Here is a listing; work out how many of its lines contain the word "SUBTRACT", and state only that number.

··········

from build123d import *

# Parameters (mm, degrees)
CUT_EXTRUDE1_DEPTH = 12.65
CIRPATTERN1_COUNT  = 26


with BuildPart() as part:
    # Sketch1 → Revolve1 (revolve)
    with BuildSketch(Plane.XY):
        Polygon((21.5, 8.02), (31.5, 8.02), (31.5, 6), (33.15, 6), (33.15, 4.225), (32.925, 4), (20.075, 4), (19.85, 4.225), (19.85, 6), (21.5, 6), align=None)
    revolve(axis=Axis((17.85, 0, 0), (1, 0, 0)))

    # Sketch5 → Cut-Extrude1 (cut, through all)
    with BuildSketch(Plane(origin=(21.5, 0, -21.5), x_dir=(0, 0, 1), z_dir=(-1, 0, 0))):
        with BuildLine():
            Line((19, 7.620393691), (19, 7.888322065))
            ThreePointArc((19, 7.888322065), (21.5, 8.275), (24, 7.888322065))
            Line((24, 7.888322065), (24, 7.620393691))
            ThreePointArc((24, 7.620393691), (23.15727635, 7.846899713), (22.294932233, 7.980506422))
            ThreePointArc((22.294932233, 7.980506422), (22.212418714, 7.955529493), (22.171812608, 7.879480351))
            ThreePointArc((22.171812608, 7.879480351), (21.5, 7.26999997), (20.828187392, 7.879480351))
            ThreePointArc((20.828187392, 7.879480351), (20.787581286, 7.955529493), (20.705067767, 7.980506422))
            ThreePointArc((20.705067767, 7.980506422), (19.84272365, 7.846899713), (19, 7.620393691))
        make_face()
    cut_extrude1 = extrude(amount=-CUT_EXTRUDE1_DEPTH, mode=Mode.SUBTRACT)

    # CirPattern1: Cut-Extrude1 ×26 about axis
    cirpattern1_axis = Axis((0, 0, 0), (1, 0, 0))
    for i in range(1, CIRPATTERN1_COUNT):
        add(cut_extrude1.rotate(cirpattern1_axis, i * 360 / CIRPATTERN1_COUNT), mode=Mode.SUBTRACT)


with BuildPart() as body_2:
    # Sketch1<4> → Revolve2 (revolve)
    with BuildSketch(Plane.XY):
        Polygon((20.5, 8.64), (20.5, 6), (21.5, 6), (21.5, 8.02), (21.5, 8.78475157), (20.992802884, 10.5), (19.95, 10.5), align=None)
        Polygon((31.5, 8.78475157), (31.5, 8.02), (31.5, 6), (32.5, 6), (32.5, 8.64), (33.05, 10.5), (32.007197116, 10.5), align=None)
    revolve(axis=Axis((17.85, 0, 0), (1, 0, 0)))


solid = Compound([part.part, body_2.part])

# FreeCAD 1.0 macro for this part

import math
import FreeCAD as App
import Part
import Sketcher
Q = App.Units.Quantity

doc = App.newDocument("Part")
body = doc.addObject("PartDesign::Body", "Body")

# Sketch on XY plane
sketch1 = body.newObject("Sketcher::SketchObject", "Sketch")
sketch1.AttachmentSupport = (doc.getObject("XY_Plane"), [""])
sketch1.MapMode = "FlatFace"
sketch1.addGeometry(Part.LineSegment(App.Vector(31.5, 8.02, 0), App.Vector(21.5, 8.02, 0)), False)
sketch1.addGeometry(Part.LineSegment(App.Vector(21.5, 8.02, 0), App.Vector(21.5, 6, 0)), False)
sketch1.addGeometry(Part.LineSegment(App.Vector(21.5, 6, 0), App.Vector(19.85, 6, 0)), False)
sketch1.addGeometry(Part.LineSegment(App.Vector(19.85, 6, 0), App.Vector(19.85, 4.22, 0)), False)
sketch1.addGeometry(Part.LineSegment(App.Vector(19.85, 4.22, 0), App.Vector(20.07, 4, 0)), False)
sketch1.addGeometry(Part.LineSegment(App.Vector(20.07, 4, 0), App.Vector(32.92, 4, 0)), False)
sketch1.addGeometry(Part.LineSegment(App.Vector(32.92, 4, 0), App.Vector(33.15, 4.22, 0)), False)
sketch1.addGeometry(Part.LineSegment(App.Vector(33.15, 4.22, 0), App.Vector(33.15, 6, 0)), False)
sketch1.addGeometry(Part.LineSegment(App.Vector(33.15, 6, 0), App.Vector(31.5, 6, 0)), False)
sketch1.addGeometry(Part.LineSegment(App.Vector(31.5, 6, 0), App.Vector(31.5, 8.02, 0)), False)
sketch1.addConstraint(Sketcher.Constraint("Coincident", 0, 2, 1, 1))
sketch1.addConstraint(Sketcher.Constraint("Coincident", 1, 2, 2, 1))
sketch1.addConstraint(Sketcher.Constraint("Coincident", 2, 2, 3, 1))
sketch1.addConstraint(Sketcher.Constraint("Coincident", 3, 2, 4, 1))
sketch1.addConstraint(Sketcher.Constraint("Coincident", 4, 2, 5, 1))
sketch1.addConstraint(Sketcher.Constraint("Coincident", 5, 2, 6, 1))
sketch1.addConstraint(Sketcher.Constraint("Coincident", 6, 2, 7, 1))
sketch1.addConstraint(Sketcher.Constraint("Coincident", 7, 2, 8, 1))
sketch1.addConstraint(Sketcher.Constraint("Coincident", 8, 2, 9, 1))
sketch1.addConstraint(Sketcher.Constraint("Coincident", 9, 2, 0, 1))
sketch1.addConstraint(Sketcher.Constraint("Horizontal", 0))
sketch1.addConstraint(Sketcher.Constraint("Vertical", 1))
sketch1.addConstraint(Sketcher.Constraint("Horizontal", 2))
sketch1.addConstraint(Sketcher.Constraint("Vertical", 3))
sketch1.addConstraint(Sketcher.Constraint("Horizontal", 5))
sketch1.addConstraint(Sketcher.Constraint("Vertical", 7))
sketch1.addConstraint(Sketcher.Constraint("Horizontal", 8))
sketch1.addConstraint(Sketcher.Constraint("Vertical", 9))
sketch1.addConstraint(Sketcher.Constraint("Perpendicular", 4, 6))
sketch1.addConstraint(Sketcher.Constraint("Horizontal", 3, 2, 6, 2))
sketch1.addConstraint(Sketcher.Constraint("Horizontal", 2, 2, 7, 2))
sketch1.addConstraint(Sketcher.Constraint("Equal", 2, 8))
sketch1.addConstraint(Sketcher.Constraint("Equal", 4, 6))
sketch1.addConstraint(Sketcher.Constraint("DistanceX", 0, 2, 0, 1, Q("10 mm")))
sketch1.addConstraint(Sketcher.Constraint("DistanceY", -1, 1, 1, 2, Q("6 mm")))
sketch1.addConstraint(Sketcher.Constraint("DistanceY", -1, 1, 4, 2, Q("4 mm")))
sketch1.addConstraint(Sketcher.Constraint("DistanceX", 2, 2, 2, 1, Q("1.65 mm")))
sketch1.addConstraint(Sketcher.Constraint("DistanceX", 5, 1, 5, 2, Q("12.85 mm")))
sketch1.addConstraint(Sketcher.Constraint("DistanceY", 1, 2, 1, 1, Q("2.02 mm")))
sketch1.addConstraint(Sketcher.Constraint("DistanceX", -1, 1, 0, 2, Q("21.5 mm")))
revolution = body.newObject("PartDesign::Revolution", "Revolution")
revolution.Profile = sketch1
revolution.ReferenceAxis = (sketch1, ["H_Axis"])
revolution.Angle = 360

# Sketch on YZ plane
sketch2 = body.newObject("Sketcher::SketchObject", "Sketch001")
sketch2.AttachmentSupport = (doc.getObject("YZ_Plane"), [""])
sketch2.MapMode = "FlatFace"
sketch2.AttachmentOffset = App.Placement(App.Vector(0, 0, 21.5), App.Rotation())
sketch2.addGeometry(Part.LineSegment(App.Vector(7.89, -2.5, 0), App.Vector(7.62, -2.5, 0)), False)
sketch2.addGeometry(Part.ArcOfCircle(Part.Circle(App.Vector(0, 0, 0), App.Vector(0, 0, 1), 8.02), math.radians(-18.16), math.radians(-5.69)), False)
sketch2.addGeometry(Part.ArcOfCircle(Part.Circle(App.Vector(7.87, -0.78, 0), App.Vector(0, 0, 1), 0.11), math.radians(-6), math.radians(84)), False)
sketch2.addGeometry(Part.ArcOfCircle(Part.Circle(App.Vector(7.94, 0, 0), App.Vector(0, 0, 1), 0.68), math.radians(96), math.radians(264)), False)
sketch2.addGeometry(Part.ArcOfCircle(Part.Circle(App.Vector(7.87, 0.78, 0), App.Vector(0, 0, 1), 0.11), math.radians(-84), math.radians(6)), False)
sketch2.addGeometry(Part.ArcOfCircle(Part.Circle(App.Vector(0, 0, 0), App.Vector(0, 0, 1), 8.02), math.radians(5.69), math.radians(18.16)), False)
sketch2.addGeometry(Part.LineSegment(App.Vector(7.62, 2.5, 0), App.Vector(7.89, 2.5, 0)), False)
sketch2.addGeometry(Part.ArcOfCircle(Part.Circle(App.Vector(0, 0, 0), App.Vector(0, 0, 1), 8.28), math.radians(-18), math.radians(18)), False)
sketch2.addConstraint(Sketcher.Constraint("Coincident", 0, 2, 1, 1))
sketch2.addConstraint(Sketcher.Constraint("Tangent", 1, 2, 2, 1))
sketch2.addConstraint(Sketcher.Constraint("Tangent", 2, 2, 3, 2))
sketch2.addConstraint(Sketcher.Constraint("Tangent", 3, 1, 4, 1))
sketch2.addConstraint(Sketcher.Constraint("Tangent", 4, 2, 5, 1))
sketch2.addConstraint(Sketcher.Constraint("Coincident", 5, 2, 6, 1))
sketch2.addConstraint(Sketcher.Constraint("Coincident", 6, 2, 7, 2))
sketch2.addConstraint(Sketcher.Constraint("Coincident", 7, 1, 0, 1))
sketch2.addConstraint(Sketcher.Constraint("Horizontal", 0))
sketch2.addConstraint(Sketcher.Constraint("Horizontal", 6))
sketch2.addConstraint(Sketcher.Constraint("Coincident", 1, 3, -1, 1))
sketch2.addConstraint(Sketcher.Constraint("Coincident", 5, 3, -1, 1))
sketch2.addConstraint(Sketcher.Constraint("Coincident", 7, 3, -1, 1))
sketch2.addConstraint(Sketcher.Constraint("Equal", 2, 4))
sketch2.addConstraint(Sketcher.Constraint("Equal", 1, 5))
sketch2.addConstraint(Sketcher.Constraint("PointOnObject", 3, 3, -1))
sketch2.addConstraint(Sketcher.Constraint("Vertical", 0, 2, 5, 2))
sketch2.addConstraint(Sketcher.Constraint("Radius", 1, Q("8.02 mm")))
sketch2.addConstraint(Sketcher.Constraint("Radius", 3, Q("0.675 mm")))
sketch2.addConstraint(Sketcher.Constraint("Radius", 7, Q("8.275 mm")))
sketch2.addConstraint(Sketcher.Constraint("DistanceY", 0, 2, -1, 1, Q("2.5 mm")))
sketch2.addConstraint(Sketcher.Constraint("Radius", 2, Q("0.1125 mm")))
sketch2.addConstraint(Sketcher.Constraint("DistanceX", -1, 1, 3, 3, Q("7.945 mm")))
pocket1 = body.newObject("PartDesign::Pocket", "Pocket")
pocket1.Profile = sketch2
pocket1.Type = "ThroughAll"
pocket1.Reversed = True
doc.recompute()

polarpattern = body.newObject("PartDesign::PolarPattern", "PolarPattern")
polarpattern.Originals = [pocket1]
polarpattern.Axis = (doc.getObject("X_Axis"), [""])
polarpattern.Angle = 360
polarpattern.Occurrences = 26
body.Tip = polarpattern
body2 = doc.addObject("PartDesign::Body", "Body001")
body2.AllowCompound = True

# Sketch on XY plane
sketch3 = body2.newObject("Sketcher::SketchObject", "Sketch002")
sketch3.AttachmentSupport = (doc.getObject("XY_Plane001"), [""])
sketch3.MapMode = "FlatFace"
sketch3.addGeometry(Part.LineSegment(App.Vector(20.5, 8.6, 0), App.Vector(20.5, 6, 0)), False)
sketch3.addGeometry(Part.LineSegment(App.Vector(20.5, 6, 0), App.Vector(21.5, 6, 0)), False)
sketch3.addGeometry(Part.LineSegment(App.Vector(21.5, 6, 0), App.Vector(21.5, 8.8, 0)), False)
sketch3.addGeometry(Part.LineSegment(App.Vector(21.5, 8.8, 0), App.Vector(21, 10.5, 0)), False)
sketch3.addGeometry(Part.LineSegment(App.Vector(21, 10.5, 0), App.Vector(19.9, 10.5, 0)), False)
sketch3.addGeometry(Part.LineSegment(App.Vector(19.9, 10.5, 0), App.Vector(20.5, 8.6, 0)), False)
sketch3.addGeometry(Part.LineSegment(App.Vector(31.5, 8.8, 0), App.Vector(31.5, 6, 0)), False)
sketch3.addGeometry(Part.LineSegment(App.Vector(31.5, 6, 0), App.Vector(32.5, 6, 0)), False)
sketch3.addGeometry(Part.LineSegment(App.Vector(32.5, 6, 0), App.Vector(32.5, 8.6, 0)), False)
sketch3.addGeometry(Part.LineSegment(App.Vector(32.5, 8.6, 0), App.Vector(33, 10.5, 0)), False)
sketch3.addGeometry(Part.LineSegment(App.Vector(33, 10.5, 0), App.Vector(32, 10.5, 0)), False)
sketch3.addGeometry(Part.LineSegment(App.Vector(32, 10.5, 0), App.Vector(31.5, 8.8, 0)), False)
sketch3.addConstraint(Sketcher.Constraint("Coincident", 0, 2, 1, 1))
sketch3.addConstraint(Sketcher.Constraint("Coincident", 1, 2, 2, 1))
sketch3.addConstraint(Sketcher.Constraint("Coincident", 2, 2, 3, 1))
sketch3.addConstraint(Sketcher.Constraint("Coincident", 3, 2, 4, 1))
sketch3.addConstraint(Sketcher.Constraint("Coincident", 4, 2, 5, 1))
sketch3.addConstraint(Sketcher.Constraint("Coincident", 5, 2, 0, 1))
sketch3.addConstraint(Sketcher.Constraint("Coincident", 6, 2, 7, 1))
sketch3.addConstraint(Sketcher.Constraint("Coincident", 7, 2, 8, 1))
sketch3.addConstraint(Sketcher.Constraint("Coincident", 8, 2, 9, 1))
sketch3.addConstraint(Sketcher.Constraint("Coincident", 9, 2, 10, 1))
sketch3.addConstraint(Sketcher.Constraint("Coincident", 10, 2, 11, 1))
sketch3.addConstraint(Sketcher.Constraint("Coincident", 11, 2, 6, 1))
sketch3.addConstraint(Sketcher.Constraint("Vertical", 0))
sketch3.addConstraint(Sketcher.Constraint("Horizontal", 1))
sketch3.addConstraint(Sketcher.Constraint("Vertical", 2))
sketch3.addConstraint(Sketcher.Constraint("Horizontal", 4))
sketch3.addConstraint(Sketcher.Constraint("Vertical", 6))
sketch3.addConstraint(Sketcher.Constraint("Horizontal", 7))
sketch3.addConstraint(Sketcher.Constraint("Vertical", 8))
sketch3.addConstraint(Sketcher.Constraint("Horizontal", 10))
sketch3.addConstraint(Sketcher.Constraint("Parallel", 3, 5))
sketch3.addConstraint(Sketcher.Constraint("Parallel", 9, 11))
sketch3.addConstraint(Sketcher.Constraint("Horizontal", 1, 2, 6, 2))
sketch3.addConstraint(Sketcher.Constraint("Horizontal", 5, 2, 8, 2))
sketch3.addConstraint(Sketcher.Constraint("Horizontal", 4, 2, 9, 2))
sketch3.addConstraint(Sketcher.Constraint("Horizontal", 2, 2, 11, 2))
sketch3.addConstraint(Sketcher.Constraint("Equal", 1, 7))
sketch3.addConstraint(Sketcher.Constraint("Equal", 4, 10))
sketch3.addConstraint(Sketcher.Constraint("DistanceX", 1, 1, 1, 2, Q("1 mm")))
sketch3.addConstraint(Sketcher.Constraint("DistanceY", -1, 1, 0, 2, Q("6 mm")))
sketch3.addConstraint(Sketcher.Constraint("DistanceX", 1, 2, 6, 2, Q("10 mm")))
sketch3.addConstraint(Sketcher.Constraint("DistanceY", 0, 2, 0, 1, Q("2.64 mm")))
sketch3.addConstraint(Sketcher.Constraint("DistanceX", -1, 1, 0, 2, Q("20.5 mm")))
sketch3.addConstraint(Sketcher.Constraint("DistanceY", -1, 1, 3, 2, Q("10.5 mm")))
sketch3.addConstraint(Sketcher.Constraint("DistanceX", -1, 1, 4, 2, Q("19.95 mm")))
sketch3.addConstraint(Sketcher.Constraint("DistanceY", 2, 1, 2, 2, Q("2.784752 mm")))
revolution2 = body2.newObject("PartDesign::Revolution", "Revolution001")
revolution2.Profile = sketch3
revolution2.ReferenceAxis = (sketch3, ["H_Axis"])
revolution2.Angle = 360

doc.recompute()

··········

> _FINISHED EXERCISE_: 2